Action item:
Beginning with the line below that contains "f 159 158 61" and ending with the line that contains "f 178 179 177", copy every line exactly. Copy nothing else.

Start of Material supplied

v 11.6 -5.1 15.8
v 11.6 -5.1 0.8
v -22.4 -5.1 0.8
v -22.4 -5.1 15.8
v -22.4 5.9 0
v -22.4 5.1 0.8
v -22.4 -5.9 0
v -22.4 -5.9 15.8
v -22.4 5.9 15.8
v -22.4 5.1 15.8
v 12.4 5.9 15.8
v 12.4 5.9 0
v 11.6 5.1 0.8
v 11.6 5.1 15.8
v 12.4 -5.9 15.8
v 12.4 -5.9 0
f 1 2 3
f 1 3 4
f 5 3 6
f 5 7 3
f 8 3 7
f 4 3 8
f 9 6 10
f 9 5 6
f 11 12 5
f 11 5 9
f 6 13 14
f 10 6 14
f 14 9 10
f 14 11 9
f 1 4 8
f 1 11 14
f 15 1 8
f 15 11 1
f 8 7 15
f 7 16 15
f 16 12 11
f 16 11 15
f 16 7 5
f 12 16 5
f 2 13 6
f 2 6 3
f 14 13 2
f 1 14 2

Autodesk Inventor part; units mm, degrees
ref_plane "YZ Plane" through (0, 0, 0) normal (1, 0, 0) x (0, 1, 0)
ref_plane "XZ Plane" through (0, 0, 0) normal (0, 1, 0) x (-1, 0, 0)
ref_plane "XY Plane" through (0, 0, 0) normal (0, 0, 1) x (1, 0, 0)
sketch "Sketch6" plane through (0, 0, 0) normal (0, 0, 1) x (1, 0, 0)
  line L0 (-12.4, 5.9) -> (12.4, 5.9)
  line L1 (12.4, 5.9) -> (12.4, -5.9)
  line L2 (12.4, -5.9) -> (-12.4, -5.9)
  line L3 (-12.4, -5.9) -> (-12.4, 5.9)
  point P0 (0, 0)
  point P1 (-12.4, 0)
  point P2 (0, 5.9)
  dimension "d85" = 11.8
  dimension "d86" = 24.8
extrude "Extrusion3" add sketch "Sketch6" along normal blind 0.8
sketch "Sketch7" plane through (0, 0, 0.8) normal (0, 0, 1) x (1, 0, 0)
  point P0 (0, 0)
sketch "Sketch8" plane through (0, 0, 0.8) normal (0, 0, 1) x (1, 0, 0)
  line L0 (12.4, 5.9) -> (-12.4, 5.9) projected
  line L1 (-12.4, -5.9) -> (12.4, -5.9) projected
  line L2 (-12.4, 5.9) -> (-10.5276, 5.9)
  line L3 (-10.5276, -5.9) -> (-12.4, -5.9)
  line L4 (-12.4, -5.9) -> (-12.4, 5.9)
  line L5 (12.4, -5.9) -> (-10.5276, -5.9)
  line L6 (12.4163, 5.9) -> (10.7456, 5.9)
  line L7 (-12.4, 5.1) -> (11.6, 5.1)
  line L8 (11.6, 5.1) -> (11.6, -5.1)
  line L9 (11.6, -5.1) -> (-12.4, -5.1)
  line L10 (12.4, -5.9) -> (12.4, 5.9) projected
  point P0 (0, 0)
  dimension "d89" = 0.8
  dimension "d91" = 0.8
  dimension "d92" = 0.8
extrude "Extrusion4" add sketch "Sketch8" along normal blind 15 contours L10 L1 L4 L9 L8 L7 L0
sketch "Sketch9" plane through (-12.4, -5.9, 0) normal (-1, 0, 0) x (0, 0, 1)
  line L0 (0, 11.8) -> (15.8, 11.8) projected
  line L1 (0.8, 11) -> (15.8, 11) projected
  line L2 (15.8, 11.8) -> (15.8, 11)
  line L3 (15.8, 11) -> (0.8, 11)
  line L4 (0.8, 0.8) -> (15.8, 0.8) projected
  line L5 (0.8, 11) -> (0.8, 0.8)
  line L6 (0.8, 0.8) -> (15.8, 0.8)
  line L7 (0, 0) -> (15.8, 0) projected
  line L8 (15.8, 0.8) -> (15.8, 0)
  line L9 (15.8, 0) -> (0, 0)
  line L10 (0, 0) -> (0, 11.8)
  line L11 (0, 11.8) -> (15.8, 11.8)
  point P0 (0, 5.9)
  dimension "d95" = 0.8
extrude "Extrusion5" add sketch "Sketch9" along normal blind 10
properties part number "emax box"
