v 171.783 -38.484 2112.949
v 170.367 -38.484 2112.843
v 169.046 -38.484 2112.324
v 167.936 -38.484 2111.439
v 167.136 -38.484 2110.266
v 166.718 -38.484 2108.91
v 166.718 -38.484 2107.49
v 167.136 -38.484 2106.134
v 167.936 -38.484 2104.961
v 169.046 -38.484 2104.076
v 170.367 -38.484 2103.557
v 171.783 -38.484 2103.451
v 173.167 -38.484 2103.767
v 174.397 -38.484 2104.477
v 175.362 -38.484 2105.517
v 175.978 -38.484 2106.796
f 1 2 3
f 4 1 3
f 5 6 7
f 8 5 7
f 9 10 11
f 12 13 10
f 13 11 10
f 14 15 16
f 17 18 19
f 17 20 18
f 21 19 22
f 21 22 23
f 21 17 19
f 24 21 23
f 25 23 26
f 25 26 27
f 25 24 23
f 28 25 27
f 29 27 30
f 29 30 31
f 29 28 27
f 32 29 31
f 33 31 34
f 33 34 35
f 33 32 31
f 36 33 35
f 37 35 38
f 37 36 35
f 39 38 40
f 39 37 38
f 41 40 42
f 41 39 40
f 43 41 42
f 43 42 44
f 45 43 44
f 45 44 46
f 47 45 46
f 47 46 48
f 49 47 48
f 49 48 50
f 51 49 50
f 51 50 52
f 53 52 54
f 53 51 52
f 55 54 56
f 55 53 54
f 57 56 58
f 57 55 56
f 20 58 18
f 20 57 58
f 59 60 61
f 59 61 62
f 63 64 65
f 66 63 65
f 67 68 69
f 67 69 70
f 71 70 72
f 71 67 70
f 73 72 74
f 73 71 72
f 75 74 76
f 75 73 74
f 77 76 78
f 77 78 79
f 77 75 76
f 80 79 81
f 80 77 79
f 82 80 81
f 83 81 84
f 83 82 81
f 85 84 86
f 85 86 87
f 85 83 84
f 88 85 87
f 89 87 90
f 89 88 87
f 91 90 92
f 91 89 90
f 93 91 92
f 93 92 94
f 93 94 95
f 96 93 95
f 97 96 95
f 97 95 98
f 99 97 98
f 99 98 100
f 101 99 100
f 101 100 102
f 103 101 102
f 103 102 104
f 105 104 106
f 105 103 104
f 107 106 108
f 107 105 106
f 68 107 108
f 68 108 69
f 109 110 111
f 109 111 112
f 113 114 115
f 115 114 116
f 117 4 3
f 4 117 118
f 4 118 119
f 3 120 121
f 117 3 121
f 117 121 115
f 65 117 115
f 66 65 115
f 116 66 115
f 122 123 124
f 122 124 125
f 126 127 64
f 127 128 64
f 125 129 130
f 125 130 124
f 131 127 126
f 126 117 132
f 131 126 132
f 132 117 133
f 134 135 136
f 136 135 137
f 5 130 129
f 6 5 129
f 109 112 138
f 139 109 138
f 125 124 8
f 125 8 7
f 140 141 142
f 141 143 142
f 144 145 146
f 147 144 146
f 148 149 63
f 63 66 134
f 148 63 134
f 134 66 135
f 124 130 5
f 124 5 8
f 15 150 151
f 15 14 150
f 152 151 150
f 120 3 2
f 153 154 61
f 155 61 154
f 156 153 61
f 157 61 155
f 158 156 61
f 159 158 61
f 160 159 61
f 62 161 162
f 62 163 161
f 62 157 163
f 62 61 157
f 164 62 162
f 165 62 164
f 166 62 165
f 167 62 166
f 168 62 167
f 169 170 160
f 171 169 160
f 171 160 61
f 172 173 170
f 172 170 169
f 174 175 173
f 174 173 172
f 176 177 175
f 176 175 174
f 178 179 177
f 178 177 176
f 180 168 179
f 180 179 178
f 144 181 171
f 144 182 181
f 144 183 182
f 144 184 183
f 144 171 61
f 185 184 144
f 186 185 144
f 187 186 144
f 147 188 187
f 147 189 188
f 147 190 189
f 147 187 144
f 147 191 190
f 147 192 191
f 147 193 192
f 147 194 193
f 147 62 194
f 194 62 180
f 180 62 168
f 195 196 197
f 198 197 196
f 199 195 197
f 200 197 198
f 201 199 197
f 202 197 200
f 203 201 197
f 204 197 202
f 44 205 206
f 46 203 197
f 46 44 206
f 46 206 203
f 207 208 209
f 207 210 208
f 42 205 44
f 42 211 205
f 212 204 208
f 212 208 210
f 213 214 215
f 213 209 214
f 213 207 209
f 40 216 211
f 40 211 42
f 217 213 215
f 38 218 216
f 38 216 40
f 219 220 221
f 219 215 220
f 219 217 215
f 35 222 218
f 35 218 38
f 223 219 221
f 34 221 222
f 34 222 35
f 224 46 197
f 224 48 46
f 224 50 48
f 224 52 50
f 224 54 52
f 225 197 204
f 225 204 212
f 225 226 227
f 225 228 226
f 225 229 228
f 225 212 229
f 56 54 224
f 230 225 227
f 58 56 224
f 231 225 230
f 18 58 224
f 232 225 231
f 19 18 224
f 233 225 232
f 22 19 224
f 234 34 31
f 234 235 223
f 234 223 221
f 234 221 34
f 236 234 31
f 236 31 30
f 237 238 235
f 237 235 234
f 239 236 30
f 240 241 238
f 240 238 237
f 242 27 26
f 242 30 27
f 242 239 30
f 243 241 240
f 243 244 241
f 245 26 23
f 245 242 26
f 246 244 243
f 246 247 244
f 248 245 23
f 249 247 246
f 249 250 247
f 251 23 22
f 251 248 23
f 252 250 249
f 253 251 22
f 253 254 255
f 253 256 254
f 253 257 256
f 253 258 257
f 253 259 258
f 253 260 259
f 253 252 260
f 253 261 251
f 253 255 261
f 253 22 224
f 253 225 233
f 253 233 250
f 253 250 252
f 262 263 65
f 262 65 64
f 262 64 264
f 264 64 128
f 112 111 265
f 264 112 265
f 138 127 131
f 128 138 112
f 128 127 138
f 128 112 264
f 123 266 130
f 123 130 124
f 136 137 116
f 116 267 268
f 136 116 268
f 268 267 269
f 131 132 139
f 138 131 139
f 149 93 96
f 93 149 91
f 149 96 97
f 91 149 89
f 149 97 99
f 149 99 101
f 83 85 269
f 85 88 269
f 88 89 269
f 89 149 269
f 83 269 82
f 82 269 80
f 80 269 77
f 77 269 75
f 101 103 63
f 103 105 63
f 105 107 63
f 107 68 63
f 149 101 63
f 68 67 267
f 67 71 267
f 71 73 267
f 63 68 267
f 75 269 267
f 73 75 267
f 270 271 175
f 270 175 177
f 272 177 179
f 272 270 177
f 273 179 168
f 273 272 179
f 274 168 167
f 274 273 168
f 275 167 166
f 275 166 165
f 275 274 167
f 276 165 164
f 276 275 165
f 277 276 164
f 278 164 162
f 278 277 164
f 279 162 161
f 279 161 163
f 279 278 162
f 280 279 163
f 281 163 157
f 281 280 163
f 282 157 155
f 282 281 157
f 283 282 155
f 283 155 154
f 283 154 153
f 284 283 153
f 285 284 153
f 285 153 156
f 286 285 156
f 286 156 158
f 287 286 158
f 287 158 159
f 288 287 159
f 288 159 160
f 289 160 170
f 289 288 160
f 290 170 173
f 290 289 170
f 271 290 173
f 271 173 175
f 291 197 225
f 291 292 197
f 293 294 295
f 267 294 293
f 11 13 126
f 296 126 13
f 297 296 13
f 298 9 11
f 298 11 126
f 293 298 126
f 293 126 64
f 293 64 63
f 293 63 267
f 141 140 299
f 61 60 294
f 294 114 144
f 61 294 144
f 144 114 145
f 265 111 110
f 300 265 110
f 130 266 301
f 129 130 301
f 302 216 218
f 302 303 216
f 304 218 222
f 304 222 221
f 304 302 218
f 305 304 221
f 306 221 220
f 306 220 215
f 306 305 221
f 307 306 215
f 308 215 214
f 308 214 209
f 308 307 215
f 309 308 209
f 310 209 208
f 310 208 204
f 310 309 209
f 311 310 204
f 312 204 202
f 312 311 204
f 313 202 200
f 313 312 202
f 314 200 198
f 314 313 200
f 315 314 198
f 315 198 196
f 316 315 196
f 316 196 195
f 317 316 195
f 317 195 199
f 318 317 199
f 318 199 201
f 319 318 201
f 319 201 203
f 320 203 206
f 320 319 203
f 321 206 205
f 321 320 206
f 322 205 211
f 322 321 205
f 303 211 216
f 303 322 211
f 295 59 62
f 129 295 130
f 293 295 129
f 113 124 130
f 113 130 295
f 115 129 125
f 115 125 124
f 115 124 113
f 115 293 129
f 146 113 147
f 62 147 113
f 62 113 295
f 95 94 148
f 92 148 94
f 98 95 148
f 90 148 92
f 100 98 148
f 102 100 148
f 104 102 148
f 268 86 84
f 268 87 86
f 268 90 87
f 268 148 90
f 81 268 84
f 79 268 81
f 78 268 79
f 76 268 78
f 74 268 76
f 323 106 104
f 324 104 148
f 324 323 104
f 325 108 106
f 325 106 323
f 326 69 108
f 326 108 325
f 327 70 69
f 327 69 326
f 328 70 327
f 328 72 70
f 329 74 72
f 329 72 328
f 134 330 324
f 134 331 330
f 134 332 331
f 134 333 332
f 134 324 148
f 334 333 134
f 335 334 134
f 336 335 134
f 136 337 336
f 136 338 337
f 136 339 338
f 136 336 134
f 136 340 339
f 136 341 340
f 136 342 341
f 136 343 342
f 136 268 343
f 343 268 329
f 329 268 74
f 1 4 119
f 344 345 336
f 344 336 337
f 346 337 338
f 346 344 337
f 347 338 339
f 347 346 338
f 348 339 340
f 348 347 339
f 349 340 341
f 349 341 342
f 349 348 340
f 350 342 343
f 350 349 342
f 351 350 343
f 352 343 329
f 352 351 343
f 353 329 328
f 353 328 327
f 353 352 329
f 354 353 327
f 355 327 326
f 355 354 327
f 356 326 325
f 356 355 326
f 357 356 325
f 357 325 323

End of Material supplied

Reply to the task:
f 159 158 61
f 160 159 61
f 62 161 162
f 62 163 161
f 62 157 163
f 62 61 157
f 164 62 162
f 165 62 164
f 166 62 165
f 167 62 166
f 168 62 167
f 169 170 160
f 171 169 160
f 171 160 61
f 172 173 170
f 172 170 169
f 174 175 173
f 174 173 172
f 176 177 175
f 176 175 174
f 178 179 177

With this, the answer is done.